Abstract

The purpose of this research is to investigate the impact of crowding out government investment upon private investment in Iraq during the period 2004-2021. We hypothesize that the investments made by the government crowd out the investments made by the private sector. Econometric methods were used to clarify the crowding-out effect through unit root tests by using the Augmented Dickie-Fuller test (ADF), the Phillips-Peyron (PP) test for time series, and the co-integration test according to Johansen. Vector Error Correction Mechanism (VECM) and model integrity tests were also applied. The independent and dependent variables undergo a long-term equilibrium relationship.

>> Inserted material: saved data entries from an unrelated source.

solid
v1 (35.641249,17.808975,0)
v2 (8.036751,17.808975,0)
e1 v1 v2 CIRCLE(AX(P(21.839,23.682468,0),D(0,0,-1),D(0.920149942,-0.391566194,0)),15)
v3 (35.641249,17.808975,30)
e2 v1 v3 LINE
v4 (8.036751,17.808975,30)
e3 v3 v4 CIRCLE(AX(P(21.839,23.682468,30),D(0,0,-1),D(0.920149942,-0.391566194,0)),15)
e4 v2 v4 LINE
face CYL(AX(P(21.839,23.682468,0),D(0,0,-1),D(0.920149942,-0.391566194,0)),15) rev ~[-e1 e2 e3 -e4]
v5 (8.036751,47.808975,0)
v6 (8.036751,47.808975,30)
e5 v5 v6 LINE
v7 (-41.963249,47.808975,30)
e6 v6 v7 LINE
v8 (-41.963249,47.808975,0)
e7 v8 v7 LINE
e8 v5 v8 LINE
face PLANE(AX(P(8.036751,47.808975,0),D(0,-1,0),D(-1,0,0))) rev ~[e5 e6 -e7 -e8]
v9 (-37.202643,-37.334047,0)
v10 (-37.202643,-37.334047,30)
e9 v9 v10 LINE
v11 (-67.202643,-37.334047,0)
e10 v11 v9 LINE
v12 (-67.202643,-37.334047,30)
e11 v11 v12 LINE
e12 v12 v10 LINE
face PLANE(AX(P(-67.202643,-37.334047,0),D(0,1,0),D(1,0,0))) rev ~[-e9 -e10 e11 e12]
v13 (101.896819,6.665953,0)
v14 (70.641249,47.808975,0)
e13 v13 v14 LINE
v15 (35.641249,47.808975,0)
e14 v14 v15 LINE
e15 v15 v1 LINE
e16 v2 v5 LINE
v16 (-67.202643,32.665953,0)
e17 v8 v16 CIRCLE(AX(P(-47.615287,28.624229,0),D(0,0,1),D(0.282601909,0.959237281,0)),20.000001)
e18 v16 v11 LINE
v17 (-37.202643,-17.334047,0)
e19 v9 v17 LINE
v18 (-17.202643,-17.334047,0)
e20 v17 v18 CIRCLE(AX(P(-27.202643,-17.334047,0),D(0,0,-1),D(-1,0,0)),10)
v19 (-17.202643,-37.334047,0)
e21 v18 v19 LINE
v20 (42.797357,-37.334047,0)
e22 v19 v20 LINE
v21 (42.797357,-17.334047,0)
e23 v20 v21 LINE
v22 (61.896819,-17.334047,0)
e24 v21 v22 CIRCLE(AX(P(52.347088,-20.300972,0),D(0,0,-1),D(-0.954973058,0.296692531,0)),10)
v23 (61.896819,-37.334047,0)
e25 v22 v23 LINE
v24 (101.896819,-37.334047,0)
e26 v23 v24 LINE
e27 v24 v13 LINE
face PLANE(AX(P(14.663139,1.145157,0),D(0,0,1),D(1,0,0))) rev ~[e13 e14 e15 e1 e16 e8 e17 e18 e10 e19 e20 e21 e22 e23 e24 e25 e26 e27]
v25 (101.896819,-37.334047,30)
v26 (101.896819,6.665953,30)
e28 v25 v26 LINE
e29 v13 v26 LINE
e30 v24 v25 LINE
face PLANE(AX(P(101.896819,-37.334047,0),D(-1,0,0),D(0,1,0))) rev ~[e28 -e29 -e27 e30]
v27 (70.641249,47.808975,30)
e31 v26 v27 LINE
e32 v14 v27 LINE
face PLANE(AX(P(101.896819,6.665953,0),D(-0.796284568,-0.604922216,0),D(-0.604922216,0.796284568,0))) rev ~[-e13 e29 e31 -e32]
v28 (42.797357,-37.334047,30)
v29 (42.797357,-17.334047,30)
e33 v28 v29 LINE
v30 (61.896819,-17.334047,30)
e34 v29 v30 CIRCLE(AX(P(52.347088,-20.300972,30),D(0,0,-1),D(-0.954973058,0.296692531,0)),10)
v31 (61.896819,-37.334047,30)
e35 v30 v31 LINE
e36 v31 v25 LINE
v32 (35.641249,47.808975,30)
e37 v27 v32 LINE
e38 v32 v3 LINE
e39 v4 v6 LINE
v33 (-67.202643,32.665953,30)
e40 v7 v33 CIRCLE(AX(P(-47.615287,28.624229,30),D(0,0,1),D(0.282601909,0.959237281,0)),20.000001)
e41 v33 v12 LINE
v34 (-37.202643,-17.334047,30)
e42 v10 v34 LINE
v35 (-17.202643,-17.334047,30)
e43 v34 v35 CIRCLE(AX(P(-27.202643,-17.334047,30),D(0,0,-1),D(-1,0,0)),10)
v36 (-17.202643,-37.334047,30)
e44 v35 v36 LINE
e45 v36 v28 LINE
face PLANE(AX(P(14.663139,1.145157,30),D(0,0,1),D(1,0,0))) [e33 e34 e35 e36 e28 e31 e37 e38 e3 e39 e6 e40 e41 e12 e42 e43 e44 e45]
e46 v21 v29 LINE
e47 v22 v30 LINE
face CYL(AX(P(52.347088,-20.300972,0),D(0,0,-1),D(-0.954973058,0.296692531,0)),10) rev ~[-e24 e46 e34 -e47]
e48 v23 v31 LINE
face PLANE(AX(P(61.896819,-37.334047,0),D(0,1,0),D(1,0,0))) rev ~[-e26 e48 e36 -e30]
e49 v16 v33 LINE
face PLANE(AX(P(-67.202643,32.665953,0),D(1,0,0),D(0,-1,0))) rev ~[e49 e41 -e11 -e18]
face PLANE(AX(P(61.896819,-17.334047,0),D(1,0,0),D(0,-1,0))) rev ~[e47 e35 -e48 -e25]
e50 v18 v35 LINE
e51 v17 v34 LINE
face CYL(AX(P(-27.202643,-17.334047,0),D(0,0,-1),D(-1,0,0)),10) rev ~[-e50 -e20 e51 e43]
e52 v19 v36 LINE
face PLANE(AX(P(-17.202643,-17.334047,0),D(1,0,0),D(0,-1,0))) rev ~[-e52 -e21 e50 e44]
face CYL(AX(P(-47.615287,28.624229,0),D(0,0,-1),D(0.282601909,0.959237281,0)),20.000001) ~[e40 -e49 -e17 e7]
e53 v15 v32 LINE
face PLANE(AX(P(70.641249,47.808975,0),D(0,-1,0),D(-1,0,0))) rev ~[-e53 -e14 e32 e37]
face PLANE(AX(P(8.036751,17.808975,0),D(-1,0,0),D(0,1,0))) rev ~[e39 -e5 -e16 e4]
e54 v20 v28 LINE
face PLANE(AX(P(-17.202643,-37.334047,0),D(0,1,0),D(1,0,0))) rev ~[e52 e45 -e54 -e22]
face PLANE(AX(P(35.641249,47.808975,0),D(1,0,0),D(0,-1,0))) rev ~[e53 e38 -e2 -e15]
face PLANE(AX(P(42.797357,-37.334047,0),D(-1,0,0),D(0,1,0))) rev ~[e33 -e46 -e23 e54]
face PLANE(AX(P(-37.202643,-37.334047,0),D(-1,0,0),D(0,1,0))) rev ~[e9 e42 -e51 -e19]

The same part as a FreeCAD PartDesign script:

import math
import FreeCAD as App
import Part
import Sketcher

V = App.Vector

doc = App.newDocument("Part")
body = doc.addObject("PartDesign::Body", "Body")

# Sketch on XY plane
sketch1 = body.newObject("Sketcher::SketchObject", "Sketch")
sketch1.AttachmentSupport = (doc.getObject("XY_Plane"), [""])
sketch1.MapMode = "FlatFace"
sketch1.addGeometry([
    Part.LineSegment(V(8, 48, 0), V(-42, 48, 0)),  # 0
    Part.ArcOfCircle(Part.Circle(V(-48, 29, 0), V(0, 0, 1), 20), math.radians(74), math.radians(168)),  # 1
    Part.LineSegment(V(-67, 33, 0), V(-67, -37, 0)),  # 2
    Part.LineSegment(V(-67, -37, 0), V(-37, -37, 0)),  # 3
    Part.LineSegment(V(-37, -37, 0), V(-37, -17, 0)),  # 4
    Part.ArcOfCircle(Part.Circle(V(-27, -17, 0), V(0, 0, 1), 10), math.radians(0), math.radians(180)),  # 5
    Part.LineSegment(V(-17, -17, 0), V(-17, -37, 0)),  # 6
    Part.LineSegment(V(-17, -37, 0), V(43, -37, 0)),  # 7
    Part.LineSegment(V(43, -37, 0), V(43, -17, 0)),  # 8
    Part.ArcOfCircle(Part.Circle(V(52, -20, 0), V(0, 0, 1), 10), math.radians(17), math.radians(163)),  # 9
    Part.LineSegment(V(62, -17, 0), V(62, -37, 0)),  # 10
    Part.LineSegment(V(62, -37, 0), V(102, -37, 0)),  # 11
    Part.LineSegment(V(102, -37, 0), V(102, 7, 0)),  # 12
    Part.LineSegment(V(102, 7, 0), V(71, 48, 0)),  # 13
    Part.LineSegment(V(71, 48, 0), V(36, 48, 0)),  # 14
    Part.LineSegment(V(36, 48, 0), V(36, 18, 0)),  # 15
    Part.ArcOfCircle(Part.Circle(V(22, 24, 0), V(0, 0, 1), 15), math.radians(-157), math.radians(-23)),  # 16
    Part.LineSegment(V(8, 18, 0), V(8, 48, 0)),  # 17
], False)
sketch1.addConstraint([
    Sketcher.Constraint("Coincident", 0, 2, 1, 1),
    Sketcher.Constraint("Coincident", 1, 2, 2, 1),
    Sketcher.Constraint("Coincident", 2, 2, 3, 1),
    Sketcher.Constraint("Coincident", 3, 2, 4, 1),
    Sketcher.Constraint("Tangent", 4, 2, 5, 2),
    Sketcher.Constraint("Tangent", 5, 1, 6, 1),
    Sketcher.Constraint("Coincident", 6, 2, 7, 1),
    Sketcher.Constraint("Coincident", 7, 2, 8, 1),
    Sketcher.Constraint("Coincident", 8, 2, 9, 2),
    Sketcher.Constraint("Coincident", 9, 1, 10, 1),
    Sketcher.Constraint("Coincident", 10, 2, 11, 1),
    Sketcher.Constraint("Coincident", 11, 2, 12, 1),
    Sketcher.Constraint("Coincident", 12, 2, 13, 1),
    Sketcher.Constraint("Coincident", 13, 2, 14, 1),
    Sketcher.Constraint("Coincident", 14, 2, 15, 1),
    Sketcher.Constraint("Coincident", 15, 2, 16, 2),
    Sketcher.Constraint("Coincident", 16, 1, 17, 1),
    Sketcher.Constraint("Coincident", 17, 2, 0, 1),
    Sketcher.Constraint("Horizontal", 0),
    Sketcher.Constraint("Vertical", 2),
    Sketcher.Constraint("Horizontal", 3),
    Sketcher.Constraint("Vertical", 4),
    Sketcher.Constraint("Vertical", 6),
    Sketcher.Constraint("Horizontal", 7),
    Sketcher.Constraint("Vertical", 8),
    Sketcher.Constraint("Vertical", 10),
    Sketcher.Constraint("Horizontal", 11),
    Sketcher.Constraint("Vertical", 12),
    Sketcher.Constraint("Horizontal", 14),
    Sketcher.Constraint("Vertical", 15),
    Sketcher.Constraint("Vertical", 17),
    Sketcher.Constraint("Equal", 5, 9),
    Sketcher.Constraint("Horizontal", 3, 2, 6, 2),
    Sketcher.Constraint("Horizontal", 5, 1, 8, 2),
    Sketcher.Constraint("Horizontal", 8, 2, 9, 1),
    Sketcher.Constraint("Horizontal", 7, 2, 10, 2),
    Sketcher.Constraint("Horizontal", 0, 2, 13, 2),
    Sketcher.Constraint("Horizontal", 15, 2, 16, 1),
    Sketcher.Constraint("Equal", 3, 15),
    Sketcher.Constraint("Radius", 1, 20.000001),
    Sketcher.Constraint("Radius", 5, 10.0),
    Sketcher.Constraint("Radius", 16, 15.0),
    Sketcher.Constraint("DistanceX", 0, 2, 0, 1, 50.0),
    Sketcher.Constraint("DistanceX", 3, 1, 3, 2, 30.0),
    Sketcher.Constraint("DistanceX", 7, 1, 7, 2, 60.0),
    Sketcher.Constraint("DistanceX", 11, 1, 11, 2, 40.0),
    Sketcher.Constraint("DistanceX", 14, 2, 14, 1, 35.0),
    Sketcher.Constraint("DistanceY", 2, 2, 2, 1, 70.0),
    Sketcher.Constraint("DistanceY", 4, 1, 4, 2, 20.0),
    Sketcher.Constraint("DistanceY", 12, 1, 12, 2, 44.0),
    Sketcher.Constraint("DistanceX", -1, 1, 16, 3, 21.839),
    Sketcher.Constraint("DistanceY", 9, 3, 1, 3, 48.925201),
    Sketcher.Constraint("DistanceX", 16, 1, 15, 2, 27.604498),
    Sketcher.Constraint("DistanceY", -1, 1, 1, 3, 28.624229),
    Sketcher.Constraint("DistanceX", -1, 1, 9, 1, 61.896819),
    Sketcher.Constraint("DistanceX", 5, 3, 9, 3, 79.549731),
])
pad1 = body.newObject("PartDesign::Pad", "Pad")
pad1.Profile = sketch1
pad1.Length = 30

doc.recompute()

It also turns out that there is a long-standing equilibrium causal correlation that goes from the independent variables, government investment (LX1), GDP (LX2), interest rate (X3) to the dependent variable private investment (LY), because the error correction limit parameter adopts the negative mark. It is also significant according to the (t) test (p > 0.05), where there is an inverse significant relationship for government investment (LX1) on private investment (LY) in the long term. This means that there is crowding in-out by the investments made by the government, and an inverse significant relationship to the GDP (LX2) on private investment (LY) in the long term, and an inverse significant relationship to the interest rate (X3) on private investment (LY) in the long term. the model's effectiveness in performing and its resistance to common issues has been confirmed.